Эдесян ответствовал, что понятно, и испросил разрешения идти. Стопка осталась нетронутой.
От капитана направился прямиком в госпиталь – к любимой. Сил у Голубки хватило лишь на один рывок – от койки до суда. Обратно унесли на руках.
Эдесян присел на стул, у постели юной графини. Ольга коснулась его руки.
– Я так расстроена.
– Чем? Я ведь жив.
– Но ты не станешь офицером.
– Велика беда!
Он задумался на минуту.
– А знаешь, Аствацатуров прав – паршивый из меня учитель.
– Что?
– Я за эту войну насмотрелся на всякое. Понял, что убийство убийству рознь. Иония меня многому научила…

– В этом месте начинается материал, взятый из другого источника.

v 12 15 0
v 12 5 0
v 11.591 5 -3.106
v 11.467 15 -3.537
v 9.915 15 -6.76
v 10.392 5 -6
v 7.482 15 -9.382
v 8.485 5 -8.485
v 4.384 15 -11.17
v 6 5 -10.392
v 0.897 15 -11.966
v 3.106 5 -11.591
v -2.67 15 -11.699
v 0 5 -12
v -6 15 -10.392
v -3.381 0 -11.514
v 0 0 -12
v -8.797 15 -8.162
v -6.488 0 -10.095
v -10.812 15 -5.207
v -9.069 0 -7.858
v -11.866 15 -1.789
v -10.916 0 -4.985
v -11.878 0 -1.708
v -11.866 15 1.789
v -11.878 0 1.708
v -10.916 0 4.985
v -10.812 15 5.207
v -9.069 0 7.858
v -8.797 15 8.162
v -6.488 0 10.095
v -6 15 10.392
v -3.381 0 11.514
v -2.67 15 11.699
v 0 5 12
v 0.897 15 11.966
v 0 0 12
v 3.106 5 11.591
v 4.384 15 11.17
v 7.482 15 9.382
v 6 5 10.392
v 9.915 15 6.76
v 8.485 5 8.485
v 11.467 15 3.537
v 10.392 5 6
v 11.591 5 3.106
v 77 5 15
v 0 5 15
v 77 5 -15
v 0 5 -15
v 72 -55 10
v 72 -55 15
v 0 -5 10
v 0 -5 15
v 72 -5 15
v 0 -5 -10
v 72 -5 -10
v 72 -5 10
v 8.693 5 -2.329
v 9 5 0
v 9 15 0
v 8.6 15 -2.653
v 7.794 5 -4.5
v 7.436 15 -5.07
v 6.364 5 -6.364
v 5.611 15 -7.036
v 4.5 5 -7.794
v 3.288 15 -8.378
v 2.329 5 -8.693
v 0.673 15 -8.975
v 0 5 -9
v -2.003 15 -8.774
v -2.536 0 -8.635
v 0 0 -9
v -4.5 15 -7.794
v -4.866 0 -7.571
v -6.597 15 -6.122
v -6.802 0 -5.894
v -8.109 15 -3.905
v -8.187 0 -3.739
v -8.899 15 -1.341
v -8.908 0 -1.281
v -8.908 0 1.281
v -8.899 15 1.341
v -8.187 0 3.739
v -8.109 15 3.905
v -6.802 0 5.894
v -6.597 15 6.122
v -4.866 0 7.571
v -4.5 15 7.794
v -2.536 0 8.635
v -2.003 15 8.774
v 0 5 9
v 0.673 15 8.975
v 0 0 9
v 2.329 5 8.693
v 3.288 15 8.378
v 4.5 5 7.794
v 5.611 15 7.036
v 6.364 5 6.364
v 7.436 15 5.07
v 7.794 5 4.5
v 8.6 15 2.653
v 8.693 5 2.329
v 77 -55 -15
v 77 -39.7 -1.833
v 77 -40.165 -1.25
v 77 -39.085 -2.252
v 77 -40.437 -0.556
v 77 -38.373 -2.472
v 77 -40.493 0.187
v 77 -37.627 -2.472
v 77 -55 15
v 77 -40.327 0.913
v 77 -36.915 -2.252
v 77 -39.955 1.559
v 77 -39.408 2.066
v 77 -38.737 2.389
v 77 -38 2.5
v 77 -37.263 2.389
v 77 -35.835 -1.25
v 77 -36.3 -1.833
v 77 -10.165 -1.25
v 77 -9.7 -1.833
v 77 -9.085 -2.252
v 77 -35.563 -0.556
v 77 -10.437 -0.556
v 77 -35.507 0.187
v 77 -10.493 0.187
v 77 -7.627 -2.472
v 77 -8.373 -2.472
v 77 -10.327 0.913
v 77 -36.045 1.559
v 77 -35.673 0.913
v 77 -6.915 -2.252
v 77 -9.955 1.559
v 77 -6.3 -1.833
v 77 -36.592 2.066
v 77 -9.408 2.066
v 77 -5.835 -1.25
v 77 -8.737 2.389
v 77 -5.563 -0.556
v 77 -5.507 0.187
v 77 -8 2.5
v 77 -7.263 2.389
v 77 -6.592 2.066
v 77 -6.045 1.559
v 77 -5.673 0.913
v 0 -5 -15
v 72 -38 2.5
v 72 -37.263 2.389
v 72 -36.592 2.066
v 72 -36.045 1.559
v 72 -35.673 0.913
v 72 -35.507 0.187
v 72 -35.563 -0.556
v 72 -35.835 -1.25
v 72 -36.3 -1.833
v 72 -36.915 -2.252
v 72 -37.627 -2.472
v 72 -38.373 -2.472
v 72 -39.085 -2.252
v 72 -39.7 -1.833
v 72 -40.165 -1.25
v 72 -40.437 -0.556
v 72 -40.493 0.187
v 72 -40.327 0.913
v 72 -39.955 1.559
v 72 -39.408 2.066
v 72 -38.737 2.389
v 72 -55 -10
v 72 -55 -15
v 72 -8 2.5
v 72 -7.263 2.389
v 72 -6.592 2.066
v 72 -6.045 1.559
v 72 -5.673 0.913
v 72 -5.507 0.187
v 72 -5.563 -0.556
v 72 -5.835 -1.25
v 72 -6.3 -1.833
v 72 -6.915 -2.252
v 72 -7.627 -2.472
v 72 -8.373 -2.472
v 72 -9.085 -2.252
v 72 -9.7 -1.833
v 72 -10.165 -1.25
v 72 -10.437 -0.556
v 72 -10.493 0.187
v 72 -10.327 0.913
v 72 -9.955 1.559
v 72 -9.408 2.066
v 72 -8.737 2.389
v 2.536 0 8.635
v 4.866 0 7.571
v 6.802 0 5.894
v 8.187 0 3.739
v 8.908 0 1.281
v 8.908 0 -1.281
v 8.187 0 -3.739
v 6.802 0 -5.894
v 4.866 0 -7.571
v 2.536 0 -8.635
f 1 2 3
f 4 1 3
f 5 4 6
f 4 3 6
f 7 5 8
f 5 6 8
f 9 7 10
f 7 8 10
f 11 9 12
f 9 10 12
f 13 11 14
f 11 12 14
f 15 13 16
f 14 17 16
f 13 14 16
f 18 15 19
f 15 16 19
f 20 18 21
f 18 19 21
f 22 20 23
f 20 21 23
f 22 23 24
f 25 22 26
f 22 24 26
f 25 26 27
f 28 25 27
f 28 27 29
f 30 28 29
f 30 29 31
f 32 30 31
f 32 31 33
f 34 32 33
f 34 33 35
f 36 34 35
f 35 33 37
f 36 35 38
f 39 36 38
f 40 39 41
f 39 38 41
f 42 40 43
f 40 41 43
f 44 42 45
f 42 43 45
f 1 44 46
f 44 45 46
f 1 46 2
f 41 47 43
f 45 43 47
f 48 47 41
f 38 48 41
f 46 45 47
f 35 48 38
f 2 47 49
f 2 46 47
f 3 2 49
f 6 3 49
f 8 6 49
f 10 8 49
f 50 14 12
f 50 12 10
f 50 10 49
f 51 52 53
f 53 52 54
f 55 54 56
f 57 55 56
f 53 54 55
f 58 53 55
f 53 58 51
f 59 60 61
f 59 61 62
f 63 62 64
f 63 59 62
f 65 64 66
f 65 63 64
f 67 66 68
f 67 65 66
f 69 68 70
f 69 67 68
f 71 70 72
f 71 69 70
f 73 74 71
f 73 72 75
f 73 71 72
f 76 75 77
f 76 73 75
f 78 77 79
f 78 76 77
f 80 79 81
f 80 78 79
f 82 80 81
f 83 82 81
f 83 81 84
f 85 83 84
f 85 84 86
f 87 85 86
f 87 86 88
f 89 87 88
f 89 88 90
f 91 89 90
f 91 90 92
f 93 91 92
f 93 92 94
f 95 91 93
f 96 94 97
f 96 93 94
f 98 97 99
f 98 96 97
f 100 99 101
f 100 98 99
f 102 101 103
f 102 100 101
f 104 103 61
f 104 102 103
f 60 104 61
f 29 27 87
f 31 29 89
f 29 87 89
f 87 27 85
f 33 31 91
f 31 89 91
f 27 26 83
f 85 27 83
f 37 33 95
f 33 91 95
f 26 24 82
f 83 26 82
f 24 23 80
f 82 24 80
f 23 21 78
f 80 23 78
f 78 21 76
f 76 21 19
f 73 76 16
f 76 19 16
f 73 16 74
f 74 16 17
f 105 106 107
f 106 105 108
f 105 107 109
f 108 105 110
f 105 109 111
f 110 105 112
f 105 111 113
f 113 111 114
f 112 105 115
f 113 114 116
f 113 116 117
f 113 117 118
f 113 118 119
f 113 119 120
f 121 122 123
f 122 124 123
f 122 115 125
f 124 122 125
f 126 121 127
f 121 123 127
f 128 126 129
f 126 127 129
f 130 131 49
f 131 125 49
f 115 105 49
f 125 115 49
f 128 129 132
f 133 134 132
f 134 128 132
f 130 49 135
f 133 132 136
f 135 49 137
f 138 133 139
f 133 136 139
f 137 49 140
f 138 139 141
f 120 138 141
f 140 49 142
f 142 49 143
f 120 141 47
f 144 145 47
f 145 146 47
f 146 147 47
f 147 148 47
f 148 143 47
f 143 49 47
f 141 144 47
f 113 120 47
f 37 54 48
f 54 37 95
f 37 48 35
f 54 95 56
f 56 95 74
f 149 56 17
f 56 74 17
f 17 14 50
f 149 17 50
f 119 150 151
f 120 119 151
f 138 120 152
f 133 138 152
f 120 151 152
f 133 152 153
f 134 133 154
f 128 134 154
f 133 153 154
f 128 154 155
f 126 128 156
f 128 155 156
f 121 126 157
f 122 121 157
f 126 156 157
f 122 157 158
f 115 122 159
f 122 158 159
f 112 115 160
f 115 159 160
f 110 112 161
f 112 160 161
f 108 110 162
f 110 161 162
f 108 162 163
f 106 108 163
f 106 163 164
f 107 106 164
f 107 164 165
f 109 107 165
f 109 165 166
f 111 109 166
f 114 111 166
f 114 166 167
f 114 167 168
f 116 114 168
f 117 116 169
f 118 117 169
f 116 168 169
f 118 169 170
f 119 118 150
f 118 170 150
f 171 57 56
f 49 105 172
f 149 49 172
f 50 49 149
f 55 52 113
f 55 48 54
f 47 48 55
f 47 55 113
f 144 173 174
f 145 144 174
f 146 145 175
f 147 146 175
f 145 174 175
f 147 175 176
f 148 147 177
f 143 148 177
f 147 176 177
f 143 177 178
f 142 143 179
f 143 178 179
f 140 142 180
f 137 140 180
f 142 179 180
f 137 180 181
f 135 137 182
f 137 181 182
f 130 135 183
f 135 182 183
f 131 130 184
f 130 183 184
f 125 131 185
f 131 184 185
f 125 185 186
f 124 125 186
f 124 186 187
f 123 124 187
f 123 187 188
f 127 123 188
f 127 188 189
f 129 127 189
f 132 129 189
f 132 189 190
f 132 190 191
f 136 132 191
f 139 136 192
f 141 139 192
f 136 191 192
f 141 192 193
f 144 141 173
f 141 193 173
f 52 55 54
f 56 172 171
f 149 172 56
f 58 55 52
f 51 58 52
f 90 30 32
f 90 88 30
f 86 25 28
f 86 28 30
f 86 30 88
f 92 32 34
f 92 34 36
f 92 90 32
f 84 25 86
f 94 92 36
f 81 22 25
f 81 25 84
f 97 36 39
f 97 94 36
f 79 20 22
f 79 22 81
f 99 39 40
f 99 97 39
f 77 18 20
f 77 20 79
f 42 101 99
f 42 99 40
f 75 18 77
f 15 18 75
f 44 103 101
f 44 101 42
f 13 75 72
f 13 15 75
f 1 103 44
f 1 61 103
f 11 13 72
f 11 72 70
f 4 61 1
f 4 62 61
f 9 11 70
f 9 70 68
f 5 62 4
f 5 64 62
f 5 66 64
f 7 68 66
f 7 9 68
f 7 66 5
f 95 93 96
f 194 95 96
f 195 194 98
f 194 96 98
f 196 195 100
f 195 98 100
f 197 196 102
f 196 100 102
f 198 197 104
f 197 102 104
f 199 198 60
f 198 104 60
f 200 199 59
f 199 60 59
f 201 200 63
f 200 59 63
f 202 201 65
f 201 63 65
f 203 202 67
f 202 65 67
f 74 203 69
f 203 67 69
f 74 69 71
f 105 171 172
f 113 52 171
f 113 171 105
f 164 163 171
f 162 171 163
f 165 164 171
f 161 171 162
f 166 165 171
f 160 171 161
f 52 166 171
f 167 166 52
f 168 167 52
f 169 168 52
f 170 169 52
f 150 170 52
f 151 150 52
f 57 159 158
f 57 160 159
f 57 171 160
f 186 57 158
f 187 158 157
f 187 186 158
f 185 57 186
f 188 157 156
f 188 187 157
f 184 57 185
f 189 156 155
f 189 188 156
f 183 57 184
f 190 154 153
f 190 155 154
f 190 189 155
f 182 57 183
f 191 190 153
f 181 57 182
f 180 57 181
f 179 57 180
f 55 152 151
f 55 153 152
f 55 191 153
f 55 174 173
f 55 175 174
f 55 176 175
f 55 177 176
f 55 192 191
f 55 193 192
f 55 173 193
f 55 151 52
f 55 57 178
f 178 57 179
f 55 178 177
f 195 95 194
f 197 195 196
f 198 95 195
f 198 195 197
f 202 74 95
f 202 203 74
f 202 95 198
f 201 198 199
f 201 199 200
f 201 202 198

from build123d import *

# Parameters (mm, degrees)
SKETCH1_R           = 12
SKETCH1_R_2         = 9
BOSS_EXTRUDE1_DEPTH = 15
SKETCH2_W           = 30
SKETCH2_H           = 10
BOSS_EXTRUDE2_DEPTH = 77
CUT_EXTRUDE3_DEPTH  = 5
SKETCH5_W           = 5
SKETCH5_H           = 30
BOSS_EXTRUDE3_DEPTH = 50
SKETCH6_R           = 2.5
CUT_EXTRUDE4_DEPTH  = 5
BOSS_EXTRUDE4_DEPTH = 5
BOSS_EXTRUDE5_DEPTH = 5


with BuildPart() as part:
    # Sketch1 → Boss-Extrude1 (new body)
    with BuildSketch(Plane(origin=(0, 0, 0), x_dir=(1, 0, 0), z_dir=(0, 1, 0))):
        Circle(SKETCH1_R)
        Circle(SKETCH1_R_2, mode=Mode.SUBTRACT)
    extrude(amount=BOSS_EXTRUDE1_DEPTH)

    # Sketch2 → Boss-Extrude2 (add)
    with BuildSketch(Plane(origin=(0, 0, 0), x_dir=(0, 0, -1), z_dir=(1, 0, 0))):
        Rectangle(SKETCH2_W, SKETCH2_H)
    extrude(amount=BOSS_EXTRUDE2_DEPTH)

    # Sketch4 → Cut-Extrude3 (cut)
    with BuildSketch(Plane(origin=(0, 5, 0), x_dir=(1, 0, 0), z_dir=(0, 1, 0))):
        with BuildLine():
            Line((0, 9), (0, -9))
            ThreePointArc((0, -9), (9, 0), (0, 9))
        make_face()
    extrude(amount=-CUT_EXTRUDE3_DEPTH, mode=Mode.SUBTRACT)

    # Sketch5 → Boss-Extrude3 (add)
    with BuildSketch(Plane.XZ.offset(5)):
        with Locations((74.5, 0)):
            Rectangle(SKETCH5_W, SKETCH5_H)
    extrude(amount=BOSS_EXTRUDE3_DEPTH)

    # Sketch6 → Cut-Extrude4 (cut)
    with BuildSketch(Plane.ZY.offset(-72)):
        with Locations((0, -8)):
            Circle(SKETCH6_R)
        with Locations((0, -38)):
            Circle(SKETCH6_R)
    extrude(amount=-CUT_EXTRUDE4_DEPTH, mode=Mode.SUBTRACT)

    # Sketch7 → Boss-Extrude4 (add)
    with BuildSketch(Plane(origin=(0, 0, -15), x_dir=(-1, 0, 0), z_dir=(0, 0, -1))):
        Polygon((-72, -55), (0, -5), (-72, -5), align=None)
    extrude(amount=-BOSS_EXTRUDE4_DEPTH)


with BuildPart() as body_2:
    # Sketch8 → Boss-Extrude5 (new body)
    with BuildSketch(Plane.XY.offset(15)):
        Polygon((0, -5), (72, -5), (72, -55), align=None)
    extrude(amount=-BOSS_EXTRUDE5_DEPTH)


solid = Compound([part.part, body_2.part])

– Она меня отравить пыталась!
– И этого я ей никогда не прощу. Но и она, и Ануш, и сотни других заставили меня посмотреть другими глазами на войну. Пусть Вардгес получает награды, мне они больше не нужны. Раньше турки были для меня врагами потому, что нам так сказали. Сейчас – из-за того, что они уничтожают мой народ. Не в бою, а подло, в спину. И народ Ионии тоже. В Ване я плохо обучил добровольцев. И эрзерумских – не так хорошо, как хотелось. Но я исправлюсь. Будут новые. Много новых. И полковнику больше не придется меня уговаривать. Я буду их учить и подготовлю наилучшим образом. И, если понадобится, возглавлю.
– Ты уйдешь из российской армии?!
– Пока не знаю. Но я не уйду от своего народа.
– А я – от тебя не уйду.
Ольга прижалась к нему, и Эдесян обнял ее, хрупкую, белокрылую. А перед глазами на одно лишь мгновение мелькнуло:
Черная голубка кружит высоко в небе.
Всё медленней и медленней, наконец, начинает падать.
Но даже на земле слышно, как с каждой секундой затихает сердце птицы.